§ Task prompt:
Your answer is the lines below, exactly, from the one that contains "#51=EDGE_CURVE('',#47,#47,#50,.T.);" through the one that contains "#100=ADVANCED_FACE('',(#95,#98),#99,.F.);", both included.

Dataset entries:
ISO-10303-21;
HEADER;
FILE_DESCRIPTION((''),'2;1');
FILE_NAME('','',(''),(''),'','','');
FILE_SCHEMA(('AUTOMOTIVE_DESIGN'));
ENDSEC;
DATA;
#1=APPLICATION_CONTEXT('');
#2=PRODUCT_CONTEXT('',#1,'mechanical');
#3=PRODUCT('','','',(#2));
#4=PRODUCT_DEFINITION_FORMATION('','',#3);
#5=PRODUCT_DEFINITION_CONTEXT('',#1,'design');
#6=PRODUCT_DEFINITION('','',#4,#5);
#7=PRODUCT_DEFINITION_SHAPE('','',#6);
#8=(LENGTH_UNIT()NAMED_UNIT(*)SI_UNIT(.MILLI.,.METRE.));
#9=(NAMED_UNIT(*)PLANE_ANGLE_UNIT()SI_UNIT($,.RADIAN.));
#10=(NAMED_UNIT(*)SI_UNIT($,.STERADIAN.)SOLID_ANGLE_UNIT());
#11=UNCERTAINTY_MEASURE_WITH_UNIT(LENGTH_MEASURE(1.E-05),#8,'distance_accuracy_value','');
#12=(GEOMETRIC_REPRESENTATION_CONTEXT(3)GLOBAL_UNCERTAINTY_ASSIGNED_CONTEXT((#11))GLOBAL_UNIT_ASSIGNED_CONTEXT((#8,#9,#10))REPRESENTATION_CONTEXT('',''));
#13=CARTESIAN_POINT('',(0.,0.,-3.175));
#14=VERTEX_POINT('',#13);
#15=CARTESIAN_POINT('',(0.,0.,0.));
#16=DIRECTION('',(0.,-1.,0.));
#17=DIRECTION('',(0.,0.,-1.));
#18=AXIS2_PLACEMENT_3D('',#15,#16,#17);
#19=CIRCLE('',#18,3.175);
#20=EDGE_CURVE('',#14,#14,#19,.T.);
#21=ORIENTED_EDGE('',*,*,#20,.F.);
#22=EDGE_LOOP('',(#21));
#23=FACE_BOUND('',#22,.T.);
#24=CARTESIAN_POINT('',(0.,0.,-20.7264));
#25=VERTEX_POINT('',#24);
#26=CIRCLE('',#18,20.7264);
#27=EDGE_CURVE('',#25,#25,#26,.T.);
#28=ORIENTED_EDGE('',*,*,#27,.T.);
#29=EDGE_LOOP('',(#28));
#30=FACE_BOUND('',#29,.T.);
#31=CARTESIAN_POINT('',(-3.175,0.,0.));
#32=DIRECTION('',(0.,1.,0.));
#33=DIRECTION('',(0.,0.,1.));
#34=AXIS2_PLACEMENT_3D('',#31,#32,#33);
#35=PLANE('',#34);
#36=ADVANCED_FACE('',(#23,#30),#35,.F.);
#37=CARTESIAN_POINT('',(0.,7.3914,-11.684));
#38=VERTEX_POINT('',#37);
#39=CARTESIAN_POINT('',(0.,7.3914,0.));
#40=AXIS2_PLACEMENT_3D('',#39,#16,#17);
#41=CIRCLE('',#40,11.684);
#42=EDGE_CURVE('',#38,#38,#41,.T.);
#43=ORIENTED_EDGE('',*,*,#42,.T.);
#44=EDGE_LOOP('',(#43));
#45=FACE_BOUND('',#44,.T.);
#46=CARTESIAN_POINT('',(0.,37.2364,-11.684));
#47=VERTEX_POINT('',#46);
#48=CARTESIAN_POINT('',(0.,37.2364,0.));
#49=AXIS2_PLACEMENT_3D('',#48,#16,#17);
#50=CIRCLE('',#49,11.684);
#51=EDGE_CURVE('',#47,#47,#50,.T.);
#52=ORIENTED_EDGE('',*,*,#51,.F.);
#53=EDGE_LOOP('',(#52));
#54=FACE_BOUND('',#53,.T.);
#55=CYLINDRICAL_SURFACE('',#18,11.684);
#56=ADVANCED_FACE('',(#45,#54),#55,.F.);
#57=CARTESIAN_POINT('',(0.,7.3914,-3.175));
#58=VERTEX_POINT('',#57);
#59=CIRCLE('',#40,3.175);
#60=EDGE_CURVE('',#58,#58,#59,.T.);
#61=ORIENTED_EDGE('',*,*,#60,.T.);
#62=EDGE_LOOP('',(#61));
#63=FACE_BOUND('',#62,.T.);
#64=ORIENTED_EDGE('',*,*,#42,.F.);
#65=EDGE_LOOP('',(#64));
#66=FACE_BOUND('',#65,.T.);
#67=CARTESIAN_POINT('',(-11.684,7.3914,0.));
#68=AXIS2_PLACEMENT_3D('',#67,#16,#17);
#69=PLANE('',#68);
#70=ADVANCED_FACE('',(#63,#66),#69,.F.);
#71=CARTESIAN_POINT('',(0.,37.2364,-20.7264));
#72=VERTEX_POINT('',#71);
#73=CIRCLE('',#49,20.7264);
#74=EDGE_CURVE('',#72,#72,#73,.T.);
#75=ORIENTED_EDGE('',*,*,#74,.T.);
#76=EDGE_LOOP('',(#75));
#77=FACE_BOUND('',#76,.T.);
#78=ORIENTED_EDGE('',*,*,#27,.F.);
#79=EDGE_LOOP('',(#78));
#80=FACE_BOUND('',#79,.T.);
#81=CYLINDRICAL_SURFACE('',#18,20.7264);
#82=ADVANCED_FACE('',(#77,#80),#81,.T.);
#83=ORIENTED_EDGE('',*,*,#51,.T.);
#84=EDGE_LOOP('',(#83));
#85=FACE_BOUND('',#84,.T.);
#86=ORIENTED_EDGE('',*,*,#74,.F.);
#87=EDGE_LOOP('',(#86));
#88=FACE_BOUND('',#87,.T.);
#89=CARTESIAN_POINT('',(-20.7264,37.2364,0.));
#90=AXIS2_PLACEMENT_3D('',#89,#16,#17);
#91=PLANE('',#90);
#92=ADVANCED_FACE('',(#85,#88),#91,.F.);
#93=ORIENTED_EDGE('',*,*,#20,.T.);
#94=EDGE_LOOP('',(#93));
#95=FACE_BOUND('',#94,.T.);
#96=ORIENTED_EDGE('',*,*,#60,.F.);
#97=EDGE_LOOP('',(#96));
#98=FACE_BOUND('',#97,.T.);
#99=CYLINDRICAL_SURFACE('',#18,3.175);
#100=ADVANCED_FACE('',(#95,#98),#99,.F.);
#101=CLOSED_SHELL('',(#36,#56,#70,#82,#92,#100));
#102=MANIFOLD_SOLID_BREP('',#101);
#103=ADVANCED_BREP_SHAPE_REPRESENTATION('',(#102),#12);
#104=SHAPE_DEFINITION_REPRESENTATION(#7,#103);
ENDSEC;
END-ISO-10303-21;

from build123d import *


with BuildPart() as part:
    # Sketch1 → Revolve1 (revolve)
    with BuildSketch(Plane.XY):
        Polygon((-3.175, 0), (-20.7264, 0), (-20.7264, 37.2364), (-11.684, 37.2364), (-11.684, 7.3914), (-3.175, 7.3914), align=None)
    revolve(axis=Axis((0, 0, 0), (0, 1, 0)))


solid = part.part
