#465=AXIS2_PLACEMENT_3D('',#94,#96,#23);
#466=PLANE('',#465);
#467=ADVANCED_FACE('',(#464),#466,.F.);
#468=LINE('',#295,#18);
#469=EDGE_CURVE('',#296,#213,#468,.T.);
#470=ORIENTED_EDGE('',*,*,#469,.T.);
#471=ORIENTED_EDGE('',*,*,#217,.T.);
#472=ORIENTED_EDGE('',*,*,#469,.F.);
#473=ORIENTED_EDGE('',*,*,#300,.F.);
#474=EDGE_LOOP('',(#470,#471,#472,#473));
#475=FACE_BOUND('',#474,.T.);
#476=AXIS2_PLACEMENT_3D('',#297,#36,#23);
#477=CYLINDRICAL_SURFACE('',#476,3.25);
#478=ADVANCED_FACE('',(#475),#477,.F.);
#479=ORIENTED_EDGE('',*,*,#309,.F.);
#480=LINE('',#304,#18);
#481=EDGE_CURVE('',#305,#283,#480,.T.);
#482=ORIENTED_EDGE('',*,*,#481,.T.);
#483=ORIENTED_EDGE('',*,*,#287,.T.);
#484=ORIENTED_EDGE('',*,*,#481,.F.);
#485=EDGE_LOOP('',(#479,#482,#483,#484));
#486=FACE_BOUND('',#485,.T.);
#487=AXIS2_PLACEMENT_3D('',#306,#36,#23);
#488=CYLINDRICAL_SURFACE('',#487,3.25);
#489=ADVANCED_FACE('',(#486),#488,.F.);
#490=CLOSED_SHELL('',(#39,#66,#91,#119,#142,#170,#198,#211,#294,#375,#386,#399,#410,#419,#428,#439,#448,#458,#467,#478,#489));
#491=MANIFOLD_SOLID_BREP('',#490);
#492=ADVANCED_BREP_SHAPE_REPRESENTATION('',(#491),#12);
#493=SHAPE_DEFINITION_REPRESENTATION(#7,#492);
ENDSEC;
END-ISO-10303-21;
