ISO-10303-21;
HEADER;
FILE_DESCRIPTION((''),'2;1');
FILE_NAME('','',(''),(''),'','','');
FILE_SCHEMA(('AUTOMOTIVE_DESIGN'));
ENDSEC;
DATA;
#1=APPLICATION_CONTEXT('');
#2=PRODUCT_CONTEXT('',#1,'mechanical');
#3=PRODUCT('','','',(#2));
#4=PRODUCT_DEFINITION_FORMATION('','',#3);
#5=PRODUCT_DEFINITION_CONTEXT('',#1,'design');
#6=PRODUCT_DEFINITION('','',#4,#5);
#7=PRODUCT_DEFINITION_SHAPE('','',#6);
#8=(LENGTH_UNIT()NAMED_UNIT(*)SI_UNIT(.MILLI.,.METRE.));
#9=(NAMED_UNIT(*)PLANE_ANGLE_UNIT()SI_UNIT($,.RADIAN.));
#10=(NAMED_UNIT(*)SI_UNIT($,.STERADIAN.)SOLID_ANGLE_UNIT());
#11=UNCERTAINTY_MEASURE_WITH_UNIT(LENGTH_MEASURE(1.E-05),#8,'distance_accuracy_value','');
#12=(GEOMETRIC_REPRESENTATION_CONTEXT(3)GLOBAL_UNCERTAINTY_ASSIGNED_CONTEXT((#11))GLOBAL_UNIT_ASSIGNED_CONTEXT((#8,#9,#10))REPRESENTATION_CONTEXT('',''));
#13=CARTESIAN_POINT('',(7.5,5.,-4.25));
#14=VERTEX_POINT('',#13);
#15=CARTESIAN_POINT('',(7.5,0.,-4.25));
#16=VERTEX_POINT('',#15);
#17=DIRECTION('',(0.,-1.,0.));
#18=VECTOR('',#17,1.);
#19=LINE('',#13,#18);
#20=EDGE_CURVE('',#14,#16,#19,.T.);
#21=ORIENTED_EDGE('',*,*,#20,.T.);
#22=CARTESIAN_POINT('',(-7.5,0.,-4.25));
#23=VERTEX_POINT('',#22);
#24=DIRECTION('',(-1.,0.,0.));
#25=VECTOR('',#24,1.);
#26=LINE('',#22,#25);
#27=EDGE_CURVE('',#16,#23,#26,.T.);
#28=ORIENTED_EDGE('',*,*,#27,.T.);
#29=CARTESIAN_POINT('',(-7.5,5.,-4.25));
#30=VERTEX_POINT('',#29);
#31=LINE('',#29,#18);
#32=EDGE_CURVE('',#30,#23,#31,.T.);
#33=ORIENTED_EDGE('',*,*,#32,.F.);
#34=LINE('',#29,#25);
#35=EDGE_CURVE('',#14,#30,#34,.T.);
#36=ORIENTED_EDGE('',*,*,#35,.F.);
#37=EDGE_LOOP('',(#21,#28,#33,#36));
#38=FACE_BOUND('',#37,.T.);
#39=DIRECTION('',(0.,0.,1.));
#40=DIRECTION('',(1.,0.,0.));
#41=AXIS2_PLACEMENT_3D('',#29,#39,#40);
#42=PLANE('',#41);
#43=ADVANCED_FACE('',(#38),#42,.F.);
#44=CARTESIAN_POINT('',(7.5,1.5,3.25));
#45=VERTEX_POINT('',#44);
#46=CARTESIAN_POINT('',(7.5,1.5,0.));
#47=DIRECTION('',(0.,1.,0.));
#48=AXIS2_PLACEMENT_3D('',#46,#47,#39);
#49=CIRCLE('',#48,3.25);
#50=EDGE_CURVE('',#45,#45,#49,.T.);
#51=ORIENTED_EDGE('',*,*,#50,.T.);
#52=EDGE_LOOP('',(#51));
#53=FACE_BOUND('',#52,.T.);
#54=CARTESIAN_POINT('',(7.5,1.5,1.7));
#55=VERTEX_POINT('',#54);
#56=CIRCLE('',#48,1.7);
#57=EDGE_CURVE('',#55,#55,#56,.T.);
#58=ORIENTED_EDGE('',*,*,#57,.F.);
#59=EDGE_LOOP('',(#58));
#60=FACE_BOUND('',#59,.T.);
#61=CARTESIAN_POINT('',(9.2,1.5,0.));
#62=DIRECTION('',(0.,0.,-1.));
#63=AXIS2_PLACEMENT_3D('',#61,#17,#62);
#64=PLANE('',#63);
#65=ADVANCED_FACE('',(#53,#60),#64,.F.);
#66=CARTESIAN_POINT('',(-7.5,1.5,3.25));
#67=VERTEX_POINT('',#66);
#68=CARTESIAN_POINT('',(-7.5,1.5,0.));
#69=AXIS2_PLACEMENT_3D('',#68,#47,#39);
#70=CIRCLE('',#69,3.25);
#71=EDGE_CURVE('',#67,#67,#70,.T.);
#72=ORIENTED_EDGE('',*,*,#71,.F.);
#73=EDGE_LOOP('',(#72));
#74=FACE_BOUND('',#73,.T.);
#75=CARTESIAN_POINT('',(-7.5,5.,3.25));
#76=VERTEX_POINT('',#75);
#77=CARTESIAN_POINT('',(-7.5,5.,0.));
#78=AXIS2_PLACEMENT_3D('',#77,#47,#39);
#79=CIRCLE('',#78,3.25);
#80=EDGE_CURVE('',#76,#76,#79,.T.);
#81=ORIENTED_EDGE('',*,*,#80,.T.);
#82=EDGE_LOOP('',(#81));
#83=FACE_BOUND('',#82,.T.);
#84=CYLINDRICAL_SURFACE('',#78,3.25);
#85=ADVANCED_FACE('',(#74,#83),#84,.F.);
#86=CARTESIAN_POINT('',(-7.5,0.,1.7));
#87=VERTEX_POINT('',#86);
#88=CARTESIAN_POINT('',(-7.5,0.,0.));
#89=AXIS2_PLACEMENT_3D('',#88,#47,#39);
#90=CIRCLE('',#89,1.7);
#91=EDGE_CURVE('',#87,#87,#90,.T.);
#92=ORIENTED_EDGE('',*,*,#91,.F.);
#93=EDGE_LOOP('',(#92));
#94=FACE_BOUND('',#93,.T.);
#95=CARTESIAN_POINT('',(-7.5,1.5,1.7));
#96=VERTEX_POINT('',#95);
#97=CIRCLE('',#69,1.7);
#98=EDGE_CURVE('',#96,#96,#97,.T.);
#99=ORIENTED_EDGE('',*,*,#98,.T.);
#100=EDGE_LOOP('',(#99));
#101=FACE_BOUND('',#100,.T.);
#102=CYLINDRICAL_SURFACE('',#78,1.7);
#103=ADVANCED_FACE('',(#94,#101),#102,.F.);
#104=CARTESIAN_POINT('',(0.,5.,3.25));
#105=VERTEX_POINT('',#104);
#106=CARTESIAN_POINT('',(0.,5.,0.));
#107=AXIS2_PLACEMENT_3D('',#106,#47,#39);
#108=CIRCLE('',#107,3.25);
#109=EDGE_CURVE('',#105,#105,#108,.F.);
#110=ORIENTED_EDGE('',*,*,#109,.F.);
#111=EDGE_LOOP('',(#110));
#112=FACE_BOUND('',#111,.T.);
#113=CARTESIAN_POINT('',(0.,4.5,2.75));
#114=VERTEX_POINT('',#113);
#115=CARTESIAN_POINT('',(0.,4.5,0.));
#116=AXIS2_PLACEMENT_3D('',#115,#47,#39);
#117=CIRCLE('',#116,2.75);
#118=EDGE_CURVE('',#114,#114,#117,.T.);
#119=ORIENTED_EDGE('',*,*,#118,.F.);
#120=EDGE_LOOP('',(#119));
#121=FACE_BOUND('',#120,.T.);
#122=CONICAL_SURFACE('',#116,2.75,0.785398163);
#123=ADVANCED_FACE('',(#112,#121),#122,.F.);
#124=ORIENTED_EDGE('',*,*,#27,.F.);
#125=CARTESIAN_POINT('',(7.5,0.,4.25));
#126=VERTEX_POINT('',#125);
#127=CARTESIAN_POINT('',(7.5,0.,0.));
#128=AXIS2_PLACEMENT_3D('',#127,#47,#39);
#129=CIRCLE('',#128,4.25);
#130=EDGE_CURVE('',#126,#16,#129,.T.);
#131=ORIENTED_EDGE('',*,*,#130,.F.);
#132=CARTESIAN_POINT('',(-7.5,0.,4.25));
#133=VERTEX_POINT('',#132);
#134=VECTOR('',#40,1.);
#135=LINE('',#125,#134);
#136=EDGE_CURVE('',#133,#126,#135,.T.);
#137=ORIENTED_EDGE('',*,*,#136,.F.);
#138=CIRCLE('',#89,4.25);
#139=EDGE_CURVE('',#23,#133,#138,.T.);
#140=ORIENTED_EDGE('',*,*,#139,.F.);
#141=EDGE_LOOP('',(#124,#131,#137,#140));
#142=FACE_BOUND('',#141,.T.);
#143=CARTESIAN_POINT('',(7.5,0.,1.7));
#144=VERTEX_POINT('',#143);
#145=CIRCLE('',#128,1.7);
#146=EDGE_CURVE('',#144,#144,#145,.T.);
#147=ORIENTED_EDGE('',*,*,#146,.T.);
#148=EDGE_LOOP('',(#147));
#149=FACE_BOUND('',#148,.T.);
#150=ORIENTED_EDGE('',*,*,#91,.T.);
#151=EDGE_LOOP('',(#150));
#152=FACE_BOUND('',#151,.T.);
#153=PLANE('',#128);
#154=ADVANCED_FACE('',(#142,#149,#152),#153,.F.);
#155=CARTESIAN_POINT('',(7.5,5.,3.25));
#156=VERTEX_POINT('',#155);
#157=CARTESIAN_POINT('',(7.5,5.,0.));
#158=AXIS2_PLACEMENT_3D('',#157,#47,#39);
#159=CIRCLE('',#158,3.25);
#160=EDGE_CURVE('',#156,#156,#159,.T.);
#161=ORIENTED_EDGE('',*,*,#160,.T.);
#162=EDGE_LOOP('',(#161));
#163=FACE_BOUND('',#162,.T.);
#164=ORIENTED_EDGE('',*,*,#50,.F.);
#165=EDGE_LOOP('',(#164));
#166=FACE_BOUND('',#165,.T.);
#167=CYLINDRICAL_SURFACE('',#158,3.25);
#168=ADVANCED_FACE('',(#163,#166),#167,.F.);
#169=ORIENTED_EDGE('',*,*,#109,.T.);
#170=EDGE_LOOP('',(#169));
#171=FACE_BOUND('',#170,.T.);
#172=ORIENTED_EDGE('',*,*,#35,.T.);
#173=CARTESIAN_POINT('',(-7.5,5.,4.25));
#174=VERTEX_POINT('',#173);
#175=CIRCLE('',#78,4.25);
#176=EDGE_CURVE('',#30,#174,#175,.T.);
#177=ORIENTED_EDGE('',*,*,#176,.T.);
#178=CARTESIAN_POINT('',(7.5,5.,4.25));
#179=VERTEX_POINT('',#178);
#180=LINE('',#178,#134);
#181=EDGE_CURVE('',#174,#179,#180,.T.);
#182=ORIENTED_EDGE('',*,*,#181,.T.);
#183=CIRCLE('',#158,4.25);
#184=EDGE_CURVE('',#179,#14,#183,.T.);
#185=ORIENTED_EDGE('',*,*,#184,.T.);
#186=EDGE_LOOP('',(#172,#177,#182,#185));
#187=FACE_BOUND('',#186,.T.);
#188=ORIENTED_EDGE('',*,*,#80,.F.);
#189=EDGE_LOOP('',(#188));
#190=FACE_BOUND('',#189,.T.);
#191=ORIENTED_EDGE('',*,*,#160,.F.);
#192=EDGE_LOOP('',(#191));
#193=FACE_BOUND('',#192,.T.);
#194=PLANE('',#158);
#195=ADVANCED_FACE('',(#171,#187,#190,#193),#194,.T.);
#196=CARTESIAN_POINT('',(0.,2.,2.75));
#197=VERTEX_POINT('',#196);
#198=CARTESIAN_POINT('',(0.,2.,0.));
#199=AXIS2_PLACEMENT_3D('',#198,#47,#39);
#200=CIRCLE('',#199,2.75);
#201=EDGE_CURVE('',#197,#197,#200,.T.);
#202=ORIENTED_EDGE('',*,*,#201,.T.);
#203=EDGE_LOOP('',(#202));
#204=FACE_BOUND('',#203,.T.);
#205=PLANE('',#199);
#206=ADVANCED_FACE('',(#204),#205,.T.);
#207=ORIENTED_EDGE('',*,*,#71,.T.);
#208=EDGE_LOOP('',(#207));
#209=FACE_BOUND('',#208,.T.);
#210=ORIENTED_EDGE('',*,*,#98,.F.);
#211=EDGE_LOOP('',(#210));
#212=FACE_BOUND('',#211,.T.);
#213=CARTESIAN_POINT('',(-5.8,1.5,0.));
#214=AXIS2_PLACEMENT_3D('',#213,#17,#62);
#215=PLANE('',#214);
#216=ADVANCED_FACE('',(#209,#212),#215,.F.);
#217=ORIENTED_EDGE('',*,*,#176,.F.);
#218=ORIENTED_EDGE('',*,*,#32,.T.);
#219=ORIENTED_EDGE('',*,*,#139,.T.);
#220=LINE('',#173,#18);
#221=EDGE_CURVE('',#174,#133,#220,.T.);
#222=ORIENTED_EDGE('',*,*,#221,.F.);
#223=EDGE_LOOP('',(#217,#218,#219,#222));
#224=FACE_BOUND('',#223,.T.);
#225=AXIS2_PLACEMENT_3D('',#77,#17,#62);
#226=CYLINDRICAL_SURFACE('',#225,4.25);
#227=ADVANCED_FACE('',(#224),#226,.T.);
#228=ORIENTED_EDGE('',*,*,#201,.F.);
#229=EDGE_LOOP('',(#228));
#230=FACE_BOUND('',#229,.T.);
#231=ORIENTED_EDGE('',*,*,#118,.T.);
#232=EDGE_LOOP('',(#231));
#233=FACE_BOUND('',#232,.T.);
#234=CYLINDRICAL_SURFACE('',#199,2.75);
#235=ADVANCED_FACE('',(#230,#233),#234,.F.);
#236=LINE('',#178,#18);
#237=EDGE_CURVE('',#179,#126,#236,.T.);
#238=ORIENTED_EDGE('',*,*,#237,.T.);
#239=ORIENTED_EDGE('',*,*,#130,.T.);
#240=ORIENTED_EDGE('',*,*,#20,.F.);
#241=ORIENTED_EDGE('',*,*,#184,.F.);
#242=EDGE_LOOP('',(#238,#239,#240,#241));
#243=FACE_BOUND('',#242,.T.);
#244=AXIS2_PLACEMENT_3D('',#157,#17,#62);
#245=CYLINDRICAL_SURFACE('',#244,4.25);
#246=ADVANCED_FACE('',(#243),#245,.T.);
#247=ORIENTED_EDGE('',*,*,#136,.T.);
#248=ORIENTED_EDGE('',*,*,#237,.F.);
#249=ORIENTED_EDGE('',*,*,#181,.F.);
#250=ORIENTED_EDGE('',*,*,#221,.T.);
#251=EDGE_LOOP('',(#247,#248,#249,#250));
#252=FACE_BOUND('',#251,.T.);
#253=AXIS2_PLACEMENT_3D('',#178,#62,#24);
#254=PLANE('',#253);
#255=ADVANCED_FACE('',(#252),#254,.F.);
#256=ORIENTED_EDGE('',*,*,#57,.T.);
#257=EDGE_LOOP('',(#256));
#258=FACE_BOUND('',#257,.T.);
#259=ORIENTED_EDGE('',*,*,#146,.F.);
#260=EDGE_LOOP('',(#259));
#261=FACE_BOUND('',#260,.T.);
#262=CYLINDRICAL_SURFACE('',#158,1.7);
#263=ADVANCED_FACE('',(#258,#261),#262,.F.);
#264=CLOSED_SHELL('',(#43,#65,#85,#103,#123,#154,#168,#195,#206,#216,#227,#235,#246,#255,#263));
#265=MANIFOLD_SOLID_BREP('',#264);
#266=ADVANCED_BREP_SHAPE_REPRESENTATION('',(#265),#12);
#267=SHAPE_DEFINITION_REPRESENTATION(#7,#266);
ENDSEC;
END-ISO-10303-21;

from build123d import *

# Parameters (mm, degrees)
BOSS_EXTRUDE1_DEPTH                                 = 5
SKETCH2_R                                           = 2.75
CUT_EXTRUDE1_DEPTH                                  = 3
CBORE_FOR_M3_HEX_SOCKET_HEAD_CAP_SCREW1_D           = 3.4
CBORE_FOR_M3_HEX_SOCKET_HEAD_CAP_SCREW1_CBORE_D     = 6.5
CBORE_FOR_M3_HEX_SOCKET_HEAD_CAP_SCREW1_CBORE_DEPTH = 3.5
CHAMFER1_SIZE                                       = 0.5


with BuildPart() as part:
    # Sketch1 → Boss-Extrude1 (new body)
    with BuildSketch(Plane(origin=(0, 0, 0), x_dir=(1, 0, 0), z_dir=(0, 1, 0))):
        with BuildLine():
            Line((-7.5, 4.25), (7.5, 4.25))
            ThreePointArc((7.5, 4.25), (11.75, 0), (7.5, -4.25))
            Line((7.5, -4.25), (-7.5, -4.25))
            ThreePointArc((-7.5, -4.25), (-11.75, 0), (-7.5, 4.25))
        make_face()
    extrude(amount=BOSS_EXTRUDE1_DEPTH)

    # Sketch2 → Cut-Extrude1 (cut)
    with BuildSketch(Plane(origin=(0, 5, 0), x_dir=(1, 0, 0), z_dir=(0, 1, 0))):
        with Locations(Location((0, 0, 0), (0, 0, 270))):
            Circle(SKETCH2_R)
    extrude(amount=-CUT_EXTRUDE1_DEPTH, mode=Mode.SUBTRACT)

    # CBORE for M3 Hex Socket Head Cap Screw1 (through all)
    with Locations(Plane(origin=(0, 5, 0), x_dir=(1, 0, 0), z_dir=(0, 1, 0))):
        with Locations((-7.5, 0), (7.5, 0)):
            CounterBoreHole(CBORE_FOR_M3_HEX_SOCKET_HEAD_CAP_SCREW1_D / 2, CBORE_FOR_M3_HEX_SOCKET_HEAD_CAP_SCREW1_CBORE_D / 2, CBORE_FOR_M3_HEX_SOCKET_HEAD_CAP_SCREW1_CBORE_DEPTH)

    # Chamfer1
    chamfer1_edges = [part.edges().sort_by_distance(p)[0] for p in [
        (0, 5, -2.75),
    ]]
    chamfer(chamfer1_edges, length=CHAMFER1_SIZE)


solid = part.part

§ Result for this exercise:
#51=EDGE_CURVE('',#47,#47,#50,.T.);
#52=ORIENTED_EDGE('',*,*,#51,.F.);
#53=EDGE_LOOP('',(#52));
#54=FACE_BOUND('',#53,.T.);
#55=CYLINDRICAL_SURFACE('',#18,11.684);
#56=ADVANCED_FACE('',(#45,#54),#55,.F.);
#57=CARTESIAN_POINT('',(0.,7.3914,-3.175));
#58=VERTEX_POINT('',#57);
#59=CIRCLE('',#40,3.175);
#60=EDGE_CURVE('',#58,#58,#59,.T.);
#61=ORIENTED_EDGE('',*,*,#60,.T.);
#62=EDGE_LOOP('',(#61));
#63=FACE_BOUND('',#62,.T.);
#64=ORIENTED_EDGE('',*,*,#42,.F.);
#65=EDGE_LOOP('',(#64));
#66=FACE_BOUND('',#65,.T.);
#67=CARTESIAN_POINT('',(-11.684,7.3914,0.));
#68=AXIS2_PLACEMENT_3D('',#67,#16,#17);
#69=PLANE('',#68);
#70=ADVANCED_FACE('',(#63,#66),#69,.F.);
#71=CARTESIAN_POINT('',(0.,37.2364,-20.7264));
#72=VERTEX_POINT('',#71);
#73=CIRCLE('',#49,20.7264);
#74=EDGE_CURVE('',#72,#72,#73,.T.);
#75=ORIENTED_EDGE('',*,*,#74,.T.);
#76=EDGE_LOOP('',(#75));
#77=FACE_BOUND('',#76,.T.);
#78=ORIENTED_EDGE('',*,*,#27,.F.);
#79=EDGE_LOOP('',(#78));
#80=FACE_BOUND('',#79,.T.);
#81=CYLINDRICAL_SURFACE('',#18,20.7264);
#82=ADVANCED_FACE('',(#77,#80),#81,.T.);
#83=ORIENTED_EDGE('',*,*,#51,.T.);
#84=EDGE_LOOP('',(#83));
#85=FACE_BOUND('',#84,.T.);
#86=ORIENTED_EDGE('',*,*,#74,.F.);
#87=EDGE_LOOP('',(#86));
#88=FACE_BOUND('',#87,.T.);
#89=CARTESIAN_POINT('',(-20.7264,37.2364,0.));
#90=AXIS2_PLACEMENT_3D('',#89,#16,#17);
#91=PLANE('',#90);
#92=ADVANCED_FACE('',(#85,#88),#91,.F.);
#93=ORIENTED_EDGE('',*,*,#20,.T.);
#94=EDGE_LOOP('',(#93));
#95=FACE_BOUND('',#94,.T.);
#96=ORIENTED_EDGE('',*,*,#60,.F.);
#97=EDGE_LOOP('',(#96));
#98=FACE_BOUND('',#97,.T.);
#99=CYLINDRICAL_SURFACE('',#18,3.175);
#100=ADVANCED_FACE('',(#95,#98),#99,.F.);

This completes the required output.